Automating the pipeline
The solution to the problem is to automate the pipeline, which in BuildKite terms, is done via uploading pipelines. It's incredibly awesome, and essentially works like this:
The pipeline can be described in a text file and stored inside source control. The project's pipeline in Buildkite's web interface is then replaced with a single step which invokes the pipeline upload
command of the Buildkite agent. This command will read the pipeline from the source code repository and upload it to Buildkite to run.
This is incredibly powerful, because we can process that text document on the fly before it gets uploaded.
Filtering agents
BuildKite supports agent metadata, which is a key & value list included in the agent's configuration. For example, until Xcode 7 and Swift 2 was released, I had one agent which supported Xcode 6 and Swift 1.2 and another running the Xcode betas and Swift 2.0. Therefore, using a branch naming scheme (swift_2/*
) I could ensure that Swift 2.0 code was built by the Xcode 7 agent. This is configured in Buildkite by adding the key and required value to the build step.
When a build runs these agent metadata values are exported into the shell environment variables.
BUILDKITE_AGENT_META_DATA_QUEUE=default
BUILDKITE_AGENT_META_DATA_SWIFT=2
BUILDKITE_AGENT_META_DATA_XCODE=7
Using this mechanism we can filter all the build steps to one agent by selecting, say, the agent name to be the current agent. By adding the name of the agent as part of its metadata, we can write the pipeline template like this, which we store inside the repository at .buildkite/pipeline.template.yml
.
steps:
-
name: ":fastlane: Verify Xcode"
command: .scripts/verify-xcode.sh
agents:
name: "$BUILDKITE_AGENT_META_DATA_NAME"
-
name: ":fastlane: Test iOS Extension Only"
command: .scripts/test-extension.sh
agents:
name: "$BUILDKITE_AGENT_META_DATA_NAME"
-
name: ":fastlane: Test Mac OS X"
command: .scripts/test-osx.sh
agents:
name: "$BUILDKITE_AGENT_META_DATA_NAME"
-
name: ":fastlane: Test iOS"
command: .scripts/test-ios.sh
agents:
name: "$BUILDKITE_AGENT_META_DATA_NAME"
-
type: "waiter"
-
name: "Send Coverage"
command: .scripts/send-coverage.sh
agents:
name: "$BUILDKITE_AGENT_META_DATA_NAME"
All that is left is to write a script to replace $BUILDKITE_AGENT_META_DATA_NAME
with the value of this environment variable when the build is running.

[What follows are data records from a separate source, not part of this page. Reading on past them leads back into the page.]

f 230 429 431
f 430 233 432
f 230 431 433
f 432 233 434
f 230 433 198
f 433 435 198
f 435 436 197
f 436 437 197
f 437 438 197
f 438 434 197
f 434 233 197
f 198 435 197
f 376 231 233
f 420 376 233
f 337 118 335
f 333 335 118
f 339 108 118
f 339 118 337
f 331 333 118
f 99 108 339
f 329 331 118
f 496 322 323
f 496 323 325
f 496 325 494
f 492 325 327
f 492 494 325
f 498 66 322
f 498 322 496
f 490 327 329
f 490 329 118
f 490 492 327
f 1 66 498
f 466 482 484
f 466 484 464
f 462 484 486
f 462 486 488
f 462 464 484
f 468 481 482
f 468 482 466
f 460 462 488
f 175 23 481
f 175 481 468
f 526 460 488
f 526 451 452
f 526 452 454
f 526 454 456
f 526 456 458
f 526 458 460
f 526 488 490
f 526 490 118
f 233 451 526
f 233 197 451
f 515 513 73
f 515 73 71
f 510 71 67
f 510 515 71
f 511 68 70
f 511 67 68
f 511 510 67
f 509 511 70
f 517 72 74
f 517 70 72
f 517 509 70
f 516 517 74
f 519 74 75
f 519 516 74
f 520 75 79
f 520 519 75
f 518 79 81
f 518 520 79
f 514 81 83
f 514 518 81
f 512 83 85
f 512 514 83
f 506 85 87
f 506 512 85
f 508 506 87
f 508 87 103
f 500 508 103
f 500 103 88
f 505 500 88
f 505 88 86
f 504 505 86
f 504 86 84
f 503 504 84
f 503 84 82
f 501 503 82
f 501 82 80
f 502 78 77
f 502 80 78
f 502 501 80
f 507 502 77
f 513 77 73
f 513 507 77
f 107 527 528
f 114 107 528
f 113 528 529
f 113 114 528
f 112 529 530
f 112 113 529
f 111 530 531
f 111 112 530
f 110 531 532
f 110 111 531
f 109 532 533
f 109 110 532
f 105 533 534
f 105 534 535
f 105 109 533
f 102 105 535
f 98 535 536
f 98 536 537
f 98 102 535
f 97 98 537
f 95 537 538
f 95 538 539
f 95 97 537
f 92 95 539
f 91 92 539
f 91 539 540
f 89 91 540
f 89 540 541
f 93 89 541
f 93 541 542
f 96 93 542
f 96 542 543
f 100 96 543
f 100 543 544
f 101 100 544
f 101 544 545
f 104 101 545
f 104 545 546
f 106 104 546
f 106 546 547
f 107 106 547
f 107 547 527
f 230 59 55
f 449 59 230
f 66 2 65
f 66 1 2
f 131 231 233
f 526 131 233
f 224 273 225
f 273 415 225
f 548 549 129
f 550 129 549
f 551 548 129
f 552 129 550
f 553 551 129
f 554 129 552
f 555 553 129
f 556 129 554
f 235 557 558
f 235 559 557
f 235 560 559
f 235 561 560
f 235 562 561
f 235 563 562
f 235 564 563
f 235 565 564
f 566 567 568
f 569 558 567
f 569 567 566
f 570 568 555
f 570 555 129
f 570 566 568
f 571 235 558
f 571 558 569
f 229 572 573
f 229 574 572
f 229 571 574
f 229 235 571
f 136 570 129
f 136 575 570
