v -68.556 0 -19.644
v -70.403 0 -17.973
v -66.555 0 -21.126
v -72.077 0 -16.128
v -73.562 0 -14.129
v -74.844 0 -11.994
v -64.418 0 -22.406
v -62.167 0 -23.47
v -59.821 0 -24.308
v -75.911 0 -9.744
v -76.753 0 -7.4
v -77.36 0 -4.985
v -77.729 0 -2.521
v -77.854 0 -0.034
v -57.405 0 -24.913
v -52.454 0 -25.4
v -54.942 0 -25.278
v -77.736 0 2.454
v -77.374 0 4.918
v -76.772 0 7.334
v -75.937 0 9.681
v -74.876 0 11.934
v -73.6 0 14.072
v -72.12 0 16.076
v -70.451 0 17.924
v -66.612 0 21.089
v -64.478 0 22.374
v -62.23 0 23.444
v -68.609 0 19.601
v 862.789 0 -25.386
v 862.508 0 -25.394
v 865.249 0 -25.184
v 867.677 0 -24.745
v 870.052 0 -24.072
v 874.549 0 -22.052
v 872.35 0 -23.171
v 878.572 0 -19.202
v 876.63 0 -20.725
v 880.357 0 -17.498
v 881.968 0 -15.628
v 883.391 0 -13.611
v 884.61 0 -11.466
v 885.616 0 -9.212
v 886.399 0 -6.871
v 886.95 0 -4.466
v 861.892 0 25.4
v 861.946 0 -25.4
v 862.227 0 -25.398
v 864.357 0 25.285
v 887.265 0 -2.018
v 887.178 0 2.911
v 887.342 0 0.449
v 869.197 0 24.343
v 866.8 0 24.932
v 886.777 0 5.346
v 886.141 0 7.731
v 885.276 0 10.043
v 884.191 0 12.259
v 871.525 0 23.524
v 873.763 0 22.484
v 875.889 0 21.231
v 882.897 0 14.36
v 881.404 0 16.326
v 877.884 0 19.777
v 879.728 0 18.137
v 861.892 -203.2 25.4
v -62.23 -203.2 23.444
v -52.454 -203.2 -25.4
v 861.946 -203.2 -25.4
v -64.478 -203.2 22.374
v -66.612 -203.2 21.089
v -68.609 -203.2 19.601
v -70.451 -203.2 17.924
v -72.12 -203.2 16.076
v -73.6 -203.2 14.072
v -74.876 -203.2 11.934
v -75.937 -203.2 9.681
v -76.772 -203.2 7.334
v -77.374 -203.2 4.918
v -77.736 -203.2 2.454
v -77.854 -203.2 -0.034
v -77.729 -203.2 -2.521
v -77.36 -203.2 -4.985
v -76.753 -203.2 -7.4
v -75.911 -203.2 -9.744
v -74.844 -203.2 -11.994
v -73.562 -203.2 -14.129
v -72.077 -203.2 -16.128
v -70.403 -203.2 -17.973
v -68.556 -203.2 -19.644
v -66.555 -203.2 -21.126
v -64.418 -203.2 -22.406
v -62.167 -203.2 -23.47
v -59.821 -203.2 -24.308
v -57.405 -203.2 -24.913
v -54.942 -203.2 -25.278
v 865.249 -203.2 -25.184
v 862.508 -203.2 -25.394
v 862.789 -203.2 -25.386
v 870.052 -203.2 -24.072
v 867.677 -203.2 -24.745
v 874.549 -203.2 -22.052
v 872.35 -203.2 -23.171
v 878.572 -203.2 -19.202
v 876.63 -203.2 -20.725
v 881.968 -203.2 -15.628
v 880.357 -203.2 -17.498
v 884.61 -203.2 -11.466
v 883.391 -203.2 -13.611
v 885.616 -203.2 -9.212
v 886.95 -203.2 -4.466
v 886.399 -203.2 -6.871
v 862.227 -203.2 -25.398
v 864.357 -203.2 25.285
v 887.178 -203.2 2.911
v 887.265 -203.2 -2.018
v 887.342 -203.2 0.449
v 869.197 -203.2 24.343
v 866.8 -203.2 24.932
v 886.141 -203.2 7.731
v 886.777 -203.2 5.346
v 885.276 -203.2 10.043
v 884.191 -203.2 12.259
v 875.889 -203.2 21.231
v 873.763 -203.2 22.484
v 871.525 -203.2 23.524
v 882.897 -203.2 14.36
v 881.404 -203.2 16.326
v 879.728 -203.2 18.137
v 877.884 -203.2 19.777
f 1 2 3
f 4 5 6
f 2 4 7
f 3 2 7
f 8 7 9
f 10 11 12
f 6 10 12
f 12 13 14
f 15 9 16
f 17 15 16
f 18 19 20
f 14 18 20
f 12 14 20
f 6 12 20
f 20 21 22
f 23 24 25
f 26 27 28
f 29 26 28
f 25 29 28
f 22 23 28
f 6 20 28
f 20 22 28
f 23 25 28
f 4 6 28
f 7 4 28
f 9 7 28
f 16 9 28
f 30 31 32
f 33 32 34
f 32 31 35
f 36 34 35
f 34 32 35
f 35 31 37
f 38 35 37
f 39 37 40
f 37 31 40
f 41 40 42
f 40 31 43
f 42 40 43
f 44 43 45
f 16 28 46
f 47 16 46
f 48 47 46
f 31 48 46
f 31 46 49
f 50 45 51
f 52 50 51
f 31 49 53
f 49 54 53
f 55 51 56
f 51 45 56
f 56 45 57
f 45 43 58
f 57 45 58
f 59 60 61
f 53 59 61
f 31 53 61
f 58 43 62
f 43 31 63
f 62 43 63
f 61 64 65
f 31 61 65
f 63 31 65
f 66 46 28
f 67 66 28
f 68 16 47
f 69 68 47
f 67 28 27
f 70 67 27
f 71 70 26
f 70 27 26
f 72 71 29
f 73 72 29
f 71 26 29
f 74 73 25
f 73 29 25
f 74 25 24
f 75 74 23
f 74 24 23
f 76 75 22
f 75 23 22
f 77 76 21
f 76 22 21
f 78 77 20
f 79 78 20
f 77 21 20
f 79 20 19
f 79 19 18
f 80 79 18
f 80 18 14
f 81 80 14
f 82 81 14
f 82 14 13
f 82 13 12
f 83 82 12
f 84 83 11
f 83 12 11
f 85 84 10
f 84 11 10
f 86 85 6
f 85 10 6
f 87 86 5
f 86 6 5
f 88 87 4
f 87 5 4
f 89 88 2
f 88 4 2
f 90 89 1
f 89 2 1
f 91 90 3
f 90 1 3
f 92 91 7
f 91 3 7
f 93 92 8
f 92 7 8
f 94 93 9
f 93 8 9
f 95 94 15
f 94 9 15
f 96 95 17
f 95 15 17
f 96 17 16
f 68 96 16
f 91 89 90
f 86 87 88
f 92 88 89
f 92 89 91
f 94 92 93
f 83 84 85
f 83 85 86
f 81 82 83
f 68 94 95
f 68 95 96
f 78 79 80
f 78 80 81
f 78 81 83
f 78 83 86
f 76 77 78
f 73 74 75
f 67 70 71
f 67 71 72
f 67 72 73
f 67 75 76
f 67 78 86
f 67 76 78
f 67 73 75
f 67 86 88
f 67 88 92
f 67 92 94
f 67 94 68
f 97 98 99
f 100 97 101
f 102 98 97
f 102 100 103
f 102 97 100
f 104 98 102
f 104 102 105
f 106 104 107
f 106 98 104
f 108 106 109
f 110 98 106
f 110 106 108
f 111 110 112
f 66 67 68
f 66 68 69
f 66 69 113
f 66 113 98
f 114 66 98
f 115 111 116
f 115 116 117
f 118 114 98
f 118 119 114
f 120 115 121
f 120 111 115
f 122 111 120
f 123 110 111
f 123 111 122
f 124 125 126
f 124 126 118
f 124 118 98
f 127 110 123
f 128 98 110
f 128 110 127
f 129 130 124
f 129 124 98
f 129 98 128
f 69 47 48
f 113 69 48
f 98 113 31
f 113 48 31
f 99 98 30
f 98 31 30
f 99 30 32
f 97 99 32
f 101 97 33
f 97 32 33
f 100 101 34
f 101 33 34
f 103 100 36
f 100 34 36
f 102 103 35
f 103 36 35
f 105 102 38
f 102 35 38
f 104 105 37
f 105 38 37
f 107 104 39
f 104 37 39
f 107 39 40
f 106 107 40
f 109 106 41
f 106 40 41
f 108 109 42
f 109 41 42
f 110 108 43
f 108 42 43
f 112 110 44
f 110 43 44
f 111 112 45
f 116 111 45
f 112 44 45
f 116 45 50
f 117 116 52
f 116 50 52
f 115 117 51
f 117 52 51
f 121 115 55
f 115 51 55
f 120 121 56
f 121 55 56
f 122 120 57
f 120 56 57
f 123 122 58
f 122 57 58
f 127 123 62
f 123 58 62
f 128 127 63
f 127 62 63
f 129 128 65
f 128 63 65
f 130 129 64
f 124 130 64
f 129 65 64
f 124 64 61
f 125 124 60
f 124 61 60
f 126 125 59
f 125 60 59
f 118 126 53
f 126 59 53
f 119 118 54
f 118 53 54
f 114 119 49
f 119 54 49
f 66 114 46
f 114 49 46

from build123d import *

# Parameters (mm, degrees)
F1_DEPTH = 203.2


with BuildPart() as f1:
    # F0 (on Front) → F1 (new body)
    with BuildSketch(Plane.XZ):
        with BuildLine():
            Line((-42.7784153649, 23.4848271869), (-62.2295438798, 23.4436506788))
            ThreePointArc((-62.2295438798, 23.4436506788), (-77.3604186448, -4.984539736), (-52.4543076754, -25.4))
            ThreePointArc((-52.4543076754, -25.4), (-34.4937954332, -17.9605122421), (-27.0543076754, 0))
            ThreePointArc((-27.0543076754, 0), (-31.348293548, 14.1313894454), (-42.7784153649, 23.4848271869))
        make_face()
        with BuildLine():
            Line((861.8919226443, 25.399943087), (-42.7784153649, 23.4848271869))
            ThreePointArc((-42.7784153649, 23.4848271869), (-31.348293548, 14.1313894454), (-27.0543076754, 0))
            Line((-27.0543076754, 0), (836.5456923246, 0))
            ThreePointArc((836.5456923246, 0), (843.96617968, 17.9414917178), (861.8919226443, 25.399943087))
        make_face()
        with BuildLine():
            ThreePointArc((-27.0543076754, 0), (-34.4937954332, -17.9605122421), (-52.4543076754, -25.4))
            Line((-52.4543076754, -25.4), (861.9456923246, -25.4))
            ThreePointArc((861.9456923246, -25.4), (843.9851800825, -17.9605122421), (836.5456923246, 0))
            Line((836.5456923246, 0), (-27.0543076754, 0))
        make_face()
        with BuildLine():
            ThreePointArc((887.3456923246, 0), (879.8871840424, 17.9795126447), (861.8919226443, 25.399943087))
            Line((861.8919226443, 25.399943087), (862.7891166971, -25.3859928962))
            ThreePointArc((862.7891166971, -25.3859928962), (880.2019649324, -17.659799276), (887.3456923246, 0))
        make_face()
        with BuildLine():
            ThreePointArc((836.5456923246, 0), (843.9851800825, -17.9605122421), (861.9456923246, -25.4))
            ThreePointArc((861.9456923246, -25.4), (862.3674626623, -25.3964979826), (862.7891166971, -25.3859928962))
            Line((862.7891166971, -25.3859928962), (861.8919226443, 25.399943087))
            ThreePointArc((861.8919226443, 25.399943087), (843.96617968, 17.9414917178), (836.5456923246, 0))
        make_face()
    extrude(amount=F1_DEPTH)


solid = f1.part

The script below will do exactly this, and we save it at .buildkite/pipeline.sh
ensuring that it is executable.
#!/bin/bash
set -eu
# Makes sure all the steps run on this same agent
sed "s/\$BUILDKITE_AGENT_META_DATA_NAME/$BUILDKITE_AGENT_META_DATA_NAME/" .buildkite/pipeline.template.yml
The last element to set up is the build step in BuildKite's web UI. All that is required is to invoke the above script and run the pipeline upload
command.
The key point above is that the step's command is:
.buildkite/pipeline.sh | buildkite-agent pipeline upload
It is also possible to see that each agent has name=<NAME>
in their metadata.
Running a build
When changes are pushed, the Upload Pipeline step runs on the next available agent which has Xcode 7 (as it is required metadata). Initially, this is the only step in the pipeline.
However, almost immediately, the pipeline is uploaded, and the steps appear.
At this point, the pipeline steps execute as normal, with the key detail being, that every step runs on the same agent, in this case Tyrion.
In Summary
I'm a huge fan of Buildkite - all of this I pretty much figured out after chatting to @toolmantim today. But beyond that, I guess, it just really helps to automate as much as possible.